Galloway knows his audience. Rochdale is 19% ethnically Asian, and 13.9% Muslim — one of the biggest communities in the country — and appealing to ethnically Asian Muslims has always served the Scottish Catholic politician very well. When he won Bradford West from Labour in 2012 by a massive majority, he announced his victory through a megaphone, shouting, “All praise to Allah!” During that by-election campaign, Galloway produced a leaflet reading:

“I’m a better Pakistani than [Imran Hussain, the Labour candidate] will ever be. God knows who’s a Muslim and who is not. And a man that’s never out of the pub shouldn’t be going around telling people you should vote for him because he’s a Muslim.”

His success was short-lived: he lost the seat in 2015, to Naseem (Naz) Shah, a local of Pakistani Muslim origin. During his campaign he repeatedly insinuated that Shah was pro-Israel, despite the fact that she had regularly and publicly expressed support for Gaza and Palestine. I accompanied Shah on her campaign trail back then, and was told by a number of Pakistani Muslim voters that they were sick of Galloway posturing while doing little for the community. “He expects us to vote the way the men do,” one Muslim woman told me, “so ignores the women.” Undeterred by his failure in Bradford, he has set his sights on Rochdale.

Also standing is Guy Otten, originally a Green Party candidate who was disowned when old social media posts (from 2013, 2014 and 2015) cast him in a questionable light. In one, he wrote: “The Koran is full of war, slaughter, rape and pillage with genocide and slavery as well. It’s not fit for the 21st century.” In other words, as well as the two candidates accused of antisemitism, there’s one who’s been accused on anti-Muslim prejudice.

And then, last but not least, there is Simon Danczuk, the disgraced former Labour MP for Rochdale. Now running for Reform UK (formerly the Brexit Party), Danczuk launched his campaign by taking aim at his old party with a “work not woke” slogan. He has now pivoted to describing himself as the only alternative to Galloway, with a slightly less catchy motto: “Rochdale not Gaza.” In other words, he is also trying to capitalise on the tensions in the town over race, religion and ethnicity. Whether he has a vision for addressing poverty is less certain.
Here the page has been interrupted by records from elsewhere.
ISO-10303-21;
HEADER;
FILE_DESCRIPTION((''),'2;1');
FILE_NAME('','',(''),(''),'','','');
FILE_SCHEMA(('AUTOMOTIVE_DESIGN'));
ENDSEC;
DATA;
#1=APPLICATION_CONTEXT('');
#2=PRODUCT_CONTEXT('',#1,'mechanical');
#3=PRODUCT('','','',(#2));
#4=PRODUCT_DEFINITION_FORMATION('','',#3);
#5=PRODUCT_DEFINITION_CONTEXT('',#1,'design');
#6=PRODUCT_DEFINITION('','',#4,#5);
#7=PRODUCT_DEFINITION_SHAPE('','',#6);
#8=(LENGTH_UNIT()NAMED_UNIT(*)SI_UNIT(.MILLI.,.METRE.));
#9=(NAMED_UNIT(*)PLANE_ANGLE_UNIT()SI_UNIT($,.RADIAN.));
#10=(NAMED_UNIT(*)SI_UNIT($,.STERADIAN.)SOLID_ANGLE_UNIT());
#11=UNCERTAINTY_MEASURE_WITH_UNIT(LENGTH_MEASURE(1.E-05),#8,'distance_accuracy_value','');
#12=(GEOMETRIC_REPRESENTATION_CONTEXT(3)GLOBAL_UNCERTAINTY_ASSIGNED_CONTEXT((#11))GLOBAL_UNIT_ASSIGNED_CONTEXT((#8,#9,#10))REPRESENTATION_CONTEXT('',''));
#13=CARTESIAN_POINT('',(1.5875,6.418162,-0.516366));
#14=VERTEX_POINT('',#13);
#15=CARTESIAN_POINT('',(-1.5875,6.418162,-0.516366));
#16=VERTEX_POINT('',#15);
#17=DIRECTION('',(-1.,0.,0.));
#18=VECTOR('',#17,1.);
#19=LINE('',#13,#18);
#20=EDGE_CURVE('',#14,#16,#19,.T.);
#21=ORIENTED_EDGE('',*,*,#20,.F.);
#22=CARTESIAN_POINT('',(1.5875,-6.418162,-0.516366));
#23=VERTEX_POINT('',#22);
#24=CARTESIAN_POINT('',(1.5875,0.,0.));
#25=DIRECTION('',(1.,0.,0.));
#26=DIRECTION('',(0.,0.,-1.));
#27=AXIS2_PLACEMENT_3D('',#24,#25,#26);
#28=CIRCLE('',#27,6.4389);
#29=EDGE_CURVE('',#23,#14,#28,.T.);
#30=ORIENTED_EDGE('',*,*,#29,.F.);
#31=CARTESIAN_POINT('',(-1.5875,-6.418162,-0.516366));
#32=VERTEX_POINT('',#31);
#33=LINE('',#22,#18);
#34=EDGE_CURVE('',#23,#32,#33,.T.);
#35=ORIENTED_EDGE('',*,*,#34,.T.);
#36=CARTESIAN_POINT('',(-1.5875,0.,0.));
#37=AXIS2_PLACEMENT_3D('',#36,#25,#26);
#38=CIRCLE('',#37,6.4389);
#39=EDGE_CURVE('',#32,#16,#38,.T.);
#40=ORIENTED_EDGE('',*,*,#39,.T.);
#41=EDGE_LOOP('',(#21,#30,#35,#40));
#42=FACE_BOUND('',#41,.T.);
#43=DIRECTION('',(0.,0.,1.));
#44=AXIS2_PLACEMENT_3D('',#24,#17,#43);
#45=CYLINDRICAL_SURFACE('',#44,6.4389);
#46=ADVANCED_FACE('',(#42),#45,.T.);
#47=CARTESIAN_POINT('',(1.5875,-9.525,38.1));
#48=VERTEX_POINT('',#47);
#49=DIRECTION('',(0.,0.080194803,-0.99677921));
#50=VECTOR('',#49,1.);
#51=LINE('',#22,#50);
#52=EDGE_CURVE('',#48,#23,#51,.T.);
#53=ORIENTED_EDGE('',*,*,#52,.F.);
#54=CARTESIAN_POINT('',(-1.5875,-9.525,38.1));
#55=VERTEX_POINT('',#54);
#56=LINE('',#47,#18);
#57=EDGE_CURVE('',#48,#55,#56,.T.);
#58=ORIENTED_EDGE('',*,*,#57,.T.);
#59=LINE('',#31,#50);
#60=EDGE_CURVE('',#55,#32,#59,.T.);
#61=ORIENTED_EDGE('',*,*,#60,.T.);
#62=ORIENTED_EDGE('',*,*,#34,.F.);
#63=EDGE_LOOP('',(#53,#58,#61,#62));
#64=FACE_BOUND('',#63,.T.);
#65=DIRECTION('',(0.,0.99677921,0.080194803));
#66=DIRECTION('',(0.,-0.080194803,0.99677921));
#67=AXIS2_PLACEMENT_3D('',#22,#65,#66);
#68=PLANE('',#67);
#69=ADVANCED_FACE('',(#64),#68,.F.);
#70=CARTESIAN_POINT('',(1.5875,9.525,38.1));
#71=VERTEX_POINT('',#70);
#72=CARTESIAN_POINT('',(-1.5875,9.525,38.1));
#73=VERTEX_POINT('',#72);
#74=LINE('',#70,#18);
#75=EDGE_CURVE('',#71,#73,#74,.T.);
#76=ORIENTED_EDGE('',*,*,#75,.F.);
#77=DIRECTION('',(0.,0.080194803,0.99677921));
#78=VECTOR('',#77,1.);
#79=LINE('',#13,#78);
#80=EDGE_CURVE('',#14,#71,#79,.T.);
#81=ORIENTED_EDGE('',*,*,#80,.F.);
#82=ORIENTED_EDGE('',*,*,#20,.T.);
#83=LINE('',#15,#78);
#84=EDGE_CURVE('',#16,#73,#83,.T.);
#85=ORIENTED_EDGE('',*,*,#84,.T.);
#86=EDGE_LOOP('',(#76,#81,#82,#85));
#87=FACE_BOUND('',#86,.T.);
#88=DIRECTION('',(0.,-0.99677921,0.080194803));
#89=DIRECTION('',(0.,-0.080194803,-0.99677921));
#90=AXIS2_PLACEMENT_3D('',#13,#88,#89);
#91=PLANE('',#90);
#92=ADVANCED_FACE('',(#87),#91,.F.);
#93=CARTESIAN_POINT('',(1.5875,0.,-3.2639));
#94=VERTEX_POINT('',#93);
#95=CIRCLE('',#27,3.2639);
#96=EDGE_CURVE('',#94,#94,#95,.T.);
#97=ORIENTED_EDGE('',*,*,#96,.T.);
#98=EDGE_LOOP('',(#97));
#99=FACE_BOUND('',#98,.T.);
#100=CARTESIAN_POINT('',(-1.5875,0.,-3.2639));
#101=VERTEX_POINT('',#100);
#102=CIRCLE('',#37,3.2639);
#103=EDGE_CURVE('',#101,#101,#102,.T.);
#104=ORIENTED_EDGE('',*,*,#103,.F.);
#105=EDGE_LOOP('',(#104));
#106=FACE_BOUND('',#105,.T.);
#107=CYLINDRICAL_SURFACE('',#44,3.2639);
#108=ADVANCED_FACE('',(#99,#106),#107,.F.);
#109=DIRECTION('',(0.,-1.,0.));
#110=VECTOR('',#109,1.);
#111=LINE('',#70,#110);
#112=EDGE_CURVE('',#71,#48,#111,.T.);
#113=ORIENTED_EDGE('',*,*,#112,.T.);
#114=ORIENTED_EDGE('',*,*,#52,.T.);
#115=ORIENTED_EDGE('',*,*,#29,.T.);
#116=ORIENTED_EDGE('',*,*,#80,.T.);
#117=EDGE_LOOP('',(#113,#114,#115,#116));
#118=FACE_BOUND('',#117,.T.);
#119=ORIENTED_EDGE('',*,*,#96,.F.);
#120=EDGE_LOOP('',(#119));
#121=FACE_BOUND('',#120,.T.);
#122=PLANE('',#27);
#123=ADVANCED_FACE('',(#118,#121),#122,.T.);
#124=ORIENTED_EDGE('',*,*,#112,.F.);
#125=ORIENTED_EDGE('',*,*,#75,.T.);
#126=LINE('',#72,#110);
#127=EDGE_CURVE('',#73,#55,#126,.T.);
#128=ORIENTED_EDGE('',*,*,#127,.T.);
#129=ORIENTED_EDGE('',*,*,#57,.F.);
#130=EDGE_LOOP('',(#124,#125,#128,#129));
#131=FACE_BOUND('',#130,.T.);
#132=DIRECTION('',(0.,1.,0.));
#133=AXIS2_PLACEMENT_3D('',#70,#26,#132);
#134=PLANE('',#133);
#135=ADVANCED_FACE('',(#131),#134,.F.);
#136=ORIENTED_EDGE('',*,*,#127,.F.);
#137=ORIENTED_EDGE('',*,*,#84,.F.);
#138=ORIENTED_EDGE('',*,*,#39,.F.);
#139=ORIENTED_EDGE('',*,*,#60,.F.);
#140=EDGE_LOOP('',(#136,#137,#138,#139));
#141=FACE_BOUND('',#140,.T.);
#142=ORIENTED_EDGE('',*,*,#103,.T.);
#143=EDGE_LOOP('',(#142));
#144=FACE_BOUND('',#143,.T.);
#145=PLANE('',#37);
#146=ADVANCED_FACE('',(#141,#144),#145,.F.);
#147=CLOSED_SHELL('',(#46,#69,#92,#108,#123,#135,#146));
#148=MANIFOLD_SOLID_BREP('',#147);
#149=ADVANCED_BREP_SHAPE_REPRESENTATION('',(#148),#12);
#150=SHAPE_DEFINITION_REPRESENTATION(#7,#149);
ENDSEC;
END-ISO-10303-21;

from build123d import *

# Parameters (mm, degrees)
SKETCH1_R           = 3.2639
BOSS_EXTRUDE1_DEPTH = 1.5875


with BuildPart() as part:
    # Sketch1 → Boss-Extrude1 (new, symmetric)
    with BuildSketch(Plane(origin=(0, 0, 0), x_dir=(0, 0, -1), z_dir=(1, 0, 0))):
        with BuildLine():
            Line((-38.1, 9.525), (-38.1, -9.525))
            Line((-38.1, -9.525), (0.516366314, -6.418161656))
            ThreePointArc((0.516366314, -6.418161656), (6.4389, 0), (0.516366314, 6.418161656))
            Line((0.516366314, 6.418161656), (-38.1, 9.525))
        make_face()
        Circle(SKETCH1_R, mode=Mode.SUBTRACT)
    extrude(amount=BOSS_EXTRUDE1_DEPTH, both=True)


solid = part.part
It is worth mentioning here why, exactly, Danczuk was kicked out of Labour. In March 2015 he made headlines because he appeared to have liked hardcore pornography on Twitter. He blamed an iPhone glitch, but admitted to having used porn, saying “I think we should not be too sanctimonious about this”. (Owen Jones wrote a column in defence of Danczuk, for the Guardian.) Then, in December that year, Danczuk was suspended. He had sexted 17-year-old Sophena Houlihan saying: “You want me to spank you?” and “God I’m horny!” Houlihan says she was bombarded with explicit messages for a month after asking him for a summer job in his Rochdale constituency office.

This candidate list is a tragedy. No wonder the people of Rochdale have lost faith in politics. Perhaps most disappointing is Labour’s failure: the party should have been a first choice for the majority of voters in a town that has been so abandoned by the bourgeoisie. Instead, its best hope is to become a case study that helps Labour understand why so many working-class northerners are turning their backs on the party that is supposed to represent them. The disenfranchised, impoverished people of Rochdale embody the negative consequences of exactly the kind of poverty and marginalisation that Labour romanticises or makes use of. But its residents are too angry, too battered to spark a revolution. In perhaps an attempt at protest, 60% of the town voted for Brexit in 2016.

What this means for the future of politics is as bleak as it is worrying. At times like this, when the downtrodden can neither take another kicking nor find the strength to get up from the ground and carry on, it is easy to get sucked into a world in which any enemy of an enemy is a friend. Rochdale, having been abused and abandoned by the state, exemplifies how and why dangerous, disgraceful politicians get elected. The beleaguered town deserves far better than any of the men currently vying to be its MP. Whoever wins this election, Rochdale will lose.